I take my girls once a month, and bath them every other week, between going to the groomer, wish I had time to do them, but do not. the 3.1 lb is 50.00 and the 6.5lb because I have Pom-poms on her legs is 60.00. Which I think is high, since they are never matted, but I had such a hard time finding one, I will pay it and keep quite.


----------



## Poodlebeguiled (May 27, 2013)

I paid $50 for Matisse when he was in a puppy show clip, in the Seattle area. (north Seattle) And $90 for his continental clip in Bellevue Wa. That one was worth every penny. She was really a master and lovely with the dogs. I felt good leaving him there. Since he's not showing now, I do both dogs myself.


----------



## Tiny Poodles (Jun 20, 2013)

BrooklynBonnie said:


> Here in a pretty expensive area of Brooklyn, my puppy has gone twice once when she was 3.5 months and once when she was 5months old and both times cost $62 (and some change?) before tip.
> 
> 
> 
> ...



Wow, that is a great price considering you are so close to the city!


----------



## Naira (Jan 9, 2015)

When Naira was 16 weeks at a private groomer she was 40 dollars. She was the size of a full grown mini poodle at that time and I told them it would be absolutely ridiculous to charge her "standard poodle" price and they agreed. 


Recently I got her groomed at a commercial place. They charged her standard poodle price (which I understand) and it was 65 dollars. They did a crappy job but that's another story. 

I asked them if she grew 7 more inches and 30 more pounds would it still be the same price. And they said it would be the same standard poodle price. 


I think that's a bit crazy. Lol. I guess those walking around with huge standard poodles are getting a deal. 


This is in North Carolina.


----------



## Naira (Jan 9, 2015)

This was her groom at 16 weeks. They cut off her eyebrows and she looked IMO, very creepy! So creepy that I cut off her entire top knot and she looked just odd. 

Poor girl has never had a good groom in her entire life by any professional. I cannot wait to move. They don't know what to do with poodles here.


----------



## Muggles (Mar 14, 2015)

Wow the variance is prices is pretty high! Here in Australia as usual most things are more expensive. I've only had Rory groomed twice.

The first time he was about 3 1/2 months and he got a full body trim. They charged $75 which was the 'small dog' price. I think he probably was already into their definition of medium dog at that point so that was a saving. But the groom was so-so and I didn't like the place at all. 

His second was just a bath and FFT and that was $56 which included a 20% first time visit discount. That was medium dog price and he was getting towards the upper weight limit for medium. So they were definitely pricier but did a much nicer job and I was a lot happier overall. 

He's due back at the end of June and I'm going to get his body trimmed a bit as its getting pretty long and very easily tangled.
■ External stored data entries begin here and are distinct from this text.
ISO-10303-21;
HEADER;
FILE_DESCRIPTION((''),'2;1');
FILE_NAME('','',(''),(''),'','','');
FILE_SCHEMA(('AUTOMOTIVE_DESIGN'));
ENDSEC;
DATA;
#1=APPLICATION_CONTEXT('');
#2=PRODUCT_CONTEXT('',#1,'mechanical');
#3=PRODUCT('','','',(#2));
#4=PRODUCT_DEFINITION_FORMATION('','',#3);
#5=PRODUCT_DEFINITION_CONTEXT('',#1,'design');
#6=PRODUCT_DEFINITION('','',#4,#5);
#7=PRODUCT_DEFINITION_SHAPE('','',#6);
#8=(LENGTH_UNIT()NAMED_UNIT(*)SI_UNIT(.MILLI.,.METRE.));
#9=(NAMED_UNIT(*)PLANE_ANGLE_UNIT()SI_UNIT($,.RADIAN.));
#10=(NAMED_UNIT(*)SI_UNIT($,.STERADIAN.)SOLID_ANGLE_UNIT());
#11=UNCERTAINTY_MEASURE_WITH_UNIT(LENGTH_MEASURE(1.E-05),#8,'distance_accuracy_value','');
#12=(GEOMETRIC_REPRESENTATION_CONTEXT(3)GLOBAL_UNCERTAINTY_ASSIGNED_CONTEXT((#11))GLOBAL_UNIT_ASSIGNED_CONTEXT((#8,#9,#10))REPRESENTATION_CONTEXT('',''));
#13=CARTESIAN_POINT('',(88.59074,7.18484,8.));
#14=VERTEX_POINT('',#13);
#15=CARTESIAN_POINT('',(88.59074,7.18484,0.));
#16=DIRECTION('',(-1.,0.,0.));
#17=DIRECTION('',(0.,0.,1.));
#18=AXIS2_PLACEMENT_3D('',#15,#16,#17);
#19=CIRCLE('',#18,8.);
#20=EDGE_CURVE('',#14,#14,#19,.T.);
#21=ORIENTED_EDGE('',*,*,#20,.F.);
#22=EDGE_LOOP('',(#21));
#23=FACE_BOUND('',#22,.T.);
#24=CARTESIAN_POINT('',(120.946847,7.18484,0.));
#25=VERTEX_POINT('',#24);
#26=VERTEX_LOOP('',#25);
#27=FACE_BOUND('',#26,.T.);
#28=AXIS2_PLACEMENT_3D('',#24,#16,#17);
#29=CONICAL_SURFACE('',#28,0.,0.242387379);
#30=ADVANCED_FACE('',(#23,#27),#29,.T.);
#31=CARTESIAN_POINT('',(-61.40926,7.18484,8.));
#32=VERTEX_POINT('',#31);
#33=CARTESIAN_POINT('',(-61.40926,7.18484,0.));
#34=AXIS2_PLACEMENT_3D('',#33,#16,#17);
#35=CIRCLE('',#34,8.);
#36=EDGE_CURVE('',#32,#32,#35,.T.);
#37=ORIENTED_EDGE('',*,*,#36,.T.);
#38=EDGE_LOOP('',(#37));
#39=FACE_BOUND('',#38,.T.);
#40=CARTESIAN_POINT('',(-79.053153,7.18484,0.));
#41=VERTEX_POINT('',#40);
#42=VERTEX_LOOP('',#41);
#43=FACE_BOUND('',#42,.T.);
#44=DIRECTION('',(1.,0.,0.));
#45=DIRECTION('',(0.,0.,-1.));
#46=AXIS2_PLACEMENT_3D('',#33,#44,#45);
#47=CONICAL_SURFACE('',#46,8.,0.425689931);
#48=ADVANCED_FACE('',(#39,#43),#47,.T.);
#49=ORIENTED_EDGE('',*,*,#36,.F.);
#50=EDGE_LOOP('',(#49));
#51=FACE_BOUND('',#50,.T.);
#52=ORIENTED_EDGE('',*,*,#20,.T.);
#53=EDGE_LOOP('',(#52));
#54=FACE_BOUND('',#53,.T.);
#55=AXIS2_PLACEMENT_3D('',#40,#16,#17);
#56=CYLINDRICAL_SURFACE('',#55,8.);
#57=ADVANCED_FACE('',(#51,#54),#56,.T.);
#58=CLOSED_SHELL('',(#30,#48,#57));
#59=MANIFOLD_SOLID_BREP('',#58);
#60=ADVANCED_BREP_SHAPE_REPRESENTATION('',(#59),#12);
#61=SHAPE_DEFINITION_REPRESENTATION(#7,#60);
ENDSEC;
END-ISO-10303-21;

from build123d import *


with BuildPart() as part:
    # Croquis1 → Revolución2 (revolve)
    with BuildSketch(Plane.XY):
        Polygon((-79.053152984, 7.18483977), (120.946847016, 7.18483977), (88.590740478, 15.18483977), (-61.409259522, 15.18483977), align=None)
    revolve(axis=Axis((-79.053152984, 7.18483977, 0), (1, 0, 0)))


solid = part.part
The plan is to keep him long over the winter but I wouldn't want him much longer than he is now.


----------



## mom2Zoe (Jun 17, 2014)

Expensive in NJ. Between 65 and 80. she is a toy


----------



## Carolinek (Apr 2, 2014)

I groom them myself but when I did take them to groomers prices ranged from 45-55, depending on the groomer. I have two poodle mixes: Max has a typical poodle coat and is 17 lbs, Lily has a soft poodle coat and is 12 lbs. However, they also charge the same for my Havanese.


----------



## sparkyjoe (Oct 26, 2011)

I've taken Fletcher, 19" & 28lbs, to two different groomers in the Central Ohio area. The first was closer to Columbus but still a suburb and she was charging about $65 (before tip) for a full groom as he reached his adult height/weight. She charges about 1/2 for pups under 6 months old. She grooms out of her home, which she remodeled to almost look like a shop. She also does one dog at a time, with limited clients per day and doesn't use cages but rather the dogs roam free if they're friendly but can be put into a smaller, glassed in area with a low couch and toys if they need some quieter time.
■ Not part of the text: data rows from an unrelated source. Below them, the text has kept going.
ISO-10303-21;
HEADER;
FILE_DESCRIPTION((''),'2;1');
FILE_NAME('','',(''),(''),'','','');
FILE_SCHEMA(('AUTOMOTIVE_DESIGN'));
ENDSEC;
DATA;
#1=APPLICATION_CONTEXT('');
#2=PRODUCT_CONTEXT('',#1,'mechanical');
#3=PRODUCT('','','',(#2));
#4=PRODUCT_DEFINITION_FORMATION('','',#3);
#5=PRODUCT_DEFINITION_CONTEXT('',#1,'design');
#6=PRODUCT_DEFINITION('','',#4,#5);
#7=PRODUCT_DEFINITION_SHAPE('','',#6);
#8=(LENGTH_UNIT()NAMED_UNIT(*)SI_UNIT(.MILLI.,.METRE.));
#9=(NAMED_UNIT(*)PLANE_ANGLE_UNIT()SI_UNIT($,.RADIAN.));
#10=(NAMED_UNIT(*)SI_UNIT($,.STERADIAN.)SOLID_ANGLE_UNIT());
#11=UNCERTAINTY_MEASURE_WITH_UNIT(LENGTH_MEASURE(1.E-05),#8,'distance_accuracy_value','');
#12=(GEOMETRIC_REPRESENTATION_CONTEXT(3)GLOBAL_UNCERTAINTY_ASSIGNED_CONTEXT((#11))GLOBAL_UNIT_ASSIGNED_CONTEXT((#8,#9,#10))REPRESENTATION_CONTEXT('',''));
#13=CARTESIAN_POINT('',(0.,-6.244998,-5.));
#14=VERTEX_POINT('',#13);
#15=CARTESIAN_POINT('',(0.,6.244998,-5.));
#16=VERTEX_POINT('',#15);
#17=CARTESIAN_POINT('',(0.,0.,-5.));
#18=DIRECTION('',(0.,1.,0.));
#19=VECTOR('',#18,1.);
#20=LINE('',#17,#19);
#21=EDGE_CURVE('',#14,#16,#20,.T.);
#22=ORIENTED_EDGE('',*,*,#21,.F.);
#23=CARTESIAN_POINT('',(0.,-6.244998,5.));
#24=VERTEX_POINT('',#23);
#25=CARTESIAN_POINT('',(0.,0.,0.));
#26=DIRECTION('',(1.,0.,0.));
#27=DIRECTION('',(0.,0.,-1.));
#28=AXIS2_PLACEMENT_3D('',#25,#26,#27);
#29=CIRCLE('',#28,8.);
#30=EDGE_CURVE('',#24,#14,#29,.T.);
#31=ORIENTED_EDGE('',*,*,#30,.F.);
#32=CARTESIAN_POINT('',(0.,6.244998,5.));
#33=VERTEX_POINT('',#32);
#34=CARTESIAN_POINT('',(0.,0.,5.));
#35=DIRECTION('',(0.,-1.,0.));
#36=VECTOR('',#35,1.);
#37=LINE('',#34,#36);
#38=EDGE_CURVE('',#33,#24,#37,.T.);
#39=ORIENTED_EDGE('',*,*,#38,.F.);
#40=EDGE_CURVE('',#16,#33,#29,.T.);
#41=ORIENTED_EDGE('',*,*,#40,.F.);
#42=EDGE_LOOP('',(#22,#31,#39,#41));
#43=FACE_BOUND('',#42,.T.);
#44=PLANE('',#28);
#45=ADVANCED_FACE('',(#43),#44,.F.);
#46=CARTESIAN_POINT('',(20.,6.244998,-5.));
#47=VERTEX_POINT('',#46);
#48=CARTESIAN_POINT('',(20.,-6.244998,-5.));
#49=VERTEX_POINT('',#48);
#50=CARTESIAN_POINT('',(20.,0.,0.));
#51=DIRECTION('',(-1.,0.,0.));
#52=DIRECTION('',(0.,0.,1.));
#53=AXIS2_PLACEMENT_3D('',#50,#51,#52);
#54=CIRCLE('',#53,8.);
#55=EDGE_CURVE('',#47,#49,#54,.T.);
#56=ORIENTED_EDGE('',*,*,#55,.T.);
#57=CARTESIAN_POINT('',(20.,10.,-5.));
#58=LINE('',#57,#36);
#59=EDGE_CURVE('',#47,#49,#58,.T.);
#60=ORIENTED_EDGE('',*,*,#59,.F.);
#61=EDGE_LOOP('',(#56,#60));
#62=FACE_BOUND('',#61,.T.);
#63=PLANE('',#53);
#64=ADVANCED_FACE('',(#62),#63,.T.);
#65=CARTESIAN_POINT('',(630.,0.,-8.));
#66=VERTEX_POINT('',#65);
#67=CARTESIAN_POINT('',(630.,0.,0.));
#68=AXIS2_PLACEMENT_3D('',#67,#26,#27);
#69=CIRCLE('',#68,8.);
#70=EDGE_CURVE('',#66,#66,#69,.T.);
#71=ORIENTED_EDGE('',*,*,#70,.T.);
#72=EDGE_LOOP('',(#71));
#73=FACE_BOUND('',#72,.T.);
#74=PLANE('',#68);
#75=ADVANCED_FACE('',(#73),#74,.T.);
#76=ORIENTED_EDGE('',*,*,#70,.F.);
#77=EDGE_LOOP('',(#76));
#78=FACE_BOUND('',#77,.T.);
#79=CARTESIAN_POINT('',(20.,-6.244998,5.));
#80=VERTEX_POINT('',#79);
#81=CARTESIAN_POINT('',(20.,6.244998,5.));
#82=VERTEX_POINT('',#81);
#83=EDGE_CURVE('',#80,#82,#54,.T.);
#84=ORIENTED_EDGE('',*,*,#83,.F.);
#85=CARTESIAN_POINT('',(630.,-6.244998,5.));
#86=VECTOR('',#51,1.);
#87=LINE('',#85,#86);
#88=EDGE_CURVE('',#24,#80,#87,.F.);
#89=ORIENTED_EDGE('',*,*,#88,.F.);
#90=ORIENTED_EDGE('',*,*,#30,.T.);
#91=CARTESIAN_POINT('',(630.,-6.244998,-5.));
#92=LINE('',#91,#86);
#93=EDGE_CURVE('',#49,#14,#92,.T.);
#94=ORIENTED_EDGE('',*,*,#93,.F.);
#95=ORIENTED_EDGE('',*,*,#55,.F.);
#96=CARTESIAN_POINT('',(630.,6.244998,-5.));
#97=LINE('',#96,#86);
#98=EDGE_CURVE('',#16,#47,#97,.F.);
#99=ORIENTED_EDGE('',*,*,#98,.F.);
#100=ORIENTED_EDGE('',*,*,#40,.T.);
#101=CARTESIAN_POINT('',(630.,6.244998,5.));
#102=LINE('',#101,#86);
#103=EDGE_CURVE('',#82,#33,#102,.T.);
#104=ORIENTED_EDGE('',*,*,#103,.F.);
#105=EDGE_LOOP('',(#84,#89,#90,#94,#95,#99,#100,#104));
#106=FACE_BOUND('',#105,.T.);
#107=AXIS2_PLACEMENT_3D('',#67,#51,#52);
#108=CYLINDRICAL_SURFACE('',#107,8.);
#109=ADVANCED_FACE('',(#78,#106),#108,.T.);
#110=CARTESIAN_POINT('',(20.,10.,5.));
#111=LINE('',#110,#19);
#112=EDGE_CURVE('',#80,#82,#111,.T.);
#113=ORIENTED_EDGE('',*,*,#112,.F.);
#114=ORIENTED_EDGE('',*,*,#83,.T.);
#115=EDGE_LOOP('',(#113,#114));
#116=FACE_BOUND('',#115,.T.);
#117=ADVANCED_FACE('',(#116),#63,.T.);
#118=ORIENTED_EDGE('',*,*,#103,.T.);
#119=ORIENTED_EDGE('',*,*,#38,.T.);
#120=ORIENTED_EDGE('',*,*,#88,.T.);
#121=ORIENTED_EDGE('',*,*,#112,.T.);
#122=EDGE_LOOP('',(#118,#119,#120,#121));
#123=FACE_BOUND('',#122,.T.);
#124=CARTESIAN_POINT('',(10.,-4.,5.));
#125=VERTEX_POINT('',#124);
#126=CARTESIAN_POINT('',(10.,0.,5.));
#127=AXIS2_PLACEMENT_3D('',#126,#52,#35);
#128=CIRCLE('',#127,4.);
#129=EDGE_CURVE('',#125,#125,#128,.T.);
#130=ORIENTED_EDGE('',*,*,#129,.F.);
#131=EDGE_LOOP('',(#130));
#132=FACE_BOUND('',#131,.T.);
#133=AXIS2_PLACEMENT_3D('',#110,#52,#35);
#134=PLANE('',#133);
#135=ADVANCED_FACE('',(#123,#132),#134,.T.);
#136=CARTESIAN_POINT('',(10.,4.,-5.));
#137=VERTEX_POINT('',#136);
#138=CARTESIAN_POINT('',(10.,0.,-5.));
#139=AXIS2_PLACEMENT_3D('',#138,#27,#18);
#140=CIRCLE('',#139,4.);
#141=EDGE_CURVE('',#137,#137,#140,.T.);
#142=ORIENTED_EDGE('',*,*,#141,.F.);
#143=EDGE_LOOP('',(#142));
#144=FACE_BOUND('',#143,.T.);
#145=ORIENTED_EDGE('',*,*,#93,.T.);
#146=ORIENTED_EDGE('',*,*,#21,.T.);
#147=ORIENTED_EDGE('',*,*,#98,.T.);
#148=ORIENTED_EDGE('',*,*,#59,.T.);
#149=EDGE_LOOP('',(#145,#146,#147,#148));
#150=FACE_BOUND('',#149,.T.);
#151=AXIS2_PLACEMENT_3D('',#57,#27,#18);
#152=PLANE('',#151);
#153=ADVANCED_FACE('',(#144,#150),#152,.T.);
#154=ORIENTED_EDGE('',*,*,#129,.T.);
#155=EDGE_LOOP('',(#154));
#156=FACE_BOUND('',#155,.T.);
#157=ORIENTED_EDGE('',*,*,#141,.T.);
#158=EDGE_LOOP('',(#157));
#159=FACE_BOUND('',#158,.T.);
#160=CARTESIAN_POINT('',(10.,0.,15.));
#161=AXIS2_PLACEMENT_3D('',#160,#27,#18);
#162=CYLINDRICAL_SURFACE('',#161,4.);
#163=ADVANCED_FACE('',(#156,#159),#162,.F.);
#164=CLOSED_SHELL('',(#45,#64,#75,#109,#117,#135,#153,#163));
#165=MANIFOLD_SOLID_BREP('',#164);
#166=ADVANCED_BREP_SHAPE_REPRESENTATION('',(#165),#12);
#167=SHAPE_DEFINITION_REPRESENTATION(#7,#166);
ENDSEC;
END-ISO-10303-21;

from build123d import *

# Parameters (mm, degrees)
SKETCH_1_R           = 8
EXTRUDE_1_DEPTH      = 630
SKETCH_3_OUTSIDE_W   = 144.082
SKETCH_3_OUTSIDE_H   = 144.082
SKETCH_3_OUTSIDE_W_2 = 10
SKETCH_3_OUTSIDE_H_2 = 20
CUT_EXTRUDE_1_DEPTH  = 20
SKETCH_4_R           = 4
CUT_EXTRUDE_3_DEPTH  = 20


with BuildPart() as part:
    # 草图1 → 凸台-拉伸1 (new body)
    with BuildSketch(Plane(origin=(0, 0, 0), x_dir=(0, 0, -1), z_dir=(1, 0, 0))):
        Circle(SKETCH_1_R)
    extrude(amount=EXTRUDE_1_DEPTH)

    # 草图3 outside → 切除-拉伸1 (cut)
    with BuildSketch(Plane.ZY):
        Rectangle(SKETCH_3_OUTSIDE_W, SKETCH_3_OUTSIDE_H)
        Rectangle(SKETCH_3_OUTSIDE_W_2, SKETCH_3_OUTSIDE_H_2, mode=Mode.SUBTRACT)
    extrude(amount=-CUT_EXTRUDE_1_DEPTH, mode=Mode.SUBTRACT)

    # 草图4 → 切除-拉伸3 (cut)
    with BuildSketch(Plane(origin=(0, 0, -5), x_dir=(-1, 0, 0), z_dir=(0, 0, -1))):
        with Locations((-10, 0)):
            Circle(SKETCH_4_R)
    extrude(amount=-CUT_EXTRUDE_3_DEPTH, mode=Mode.SUBTRACT)


solid = part.part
Unfortunately it takes me 45 minutes to an hour to drive there, and with my migraines driving can be a challenge, so we looked for someone closer.

The place we go now charges about $55 (before tip) for a full groom. They have more dogs in the shop at the same time, several kept in 4 or 5 various sized kennels that they have stacked in the grooming room. Fletcher has only been there once and he was very vocal about the other dogs. Hopefully he will adjust and bark less as he gets used to the situation. When I was there picking him up he was still grumbling and barking and one of the assistants pulled out some sort of compressed air canister that hissed when she pressed it. She casually mentioned that they had used it a lot on him that day. I'm still not sure how I feel about that.

The benefit for me is that the new shop is much closer to home and if I have one of my more severe episodes my husband could help with transportation.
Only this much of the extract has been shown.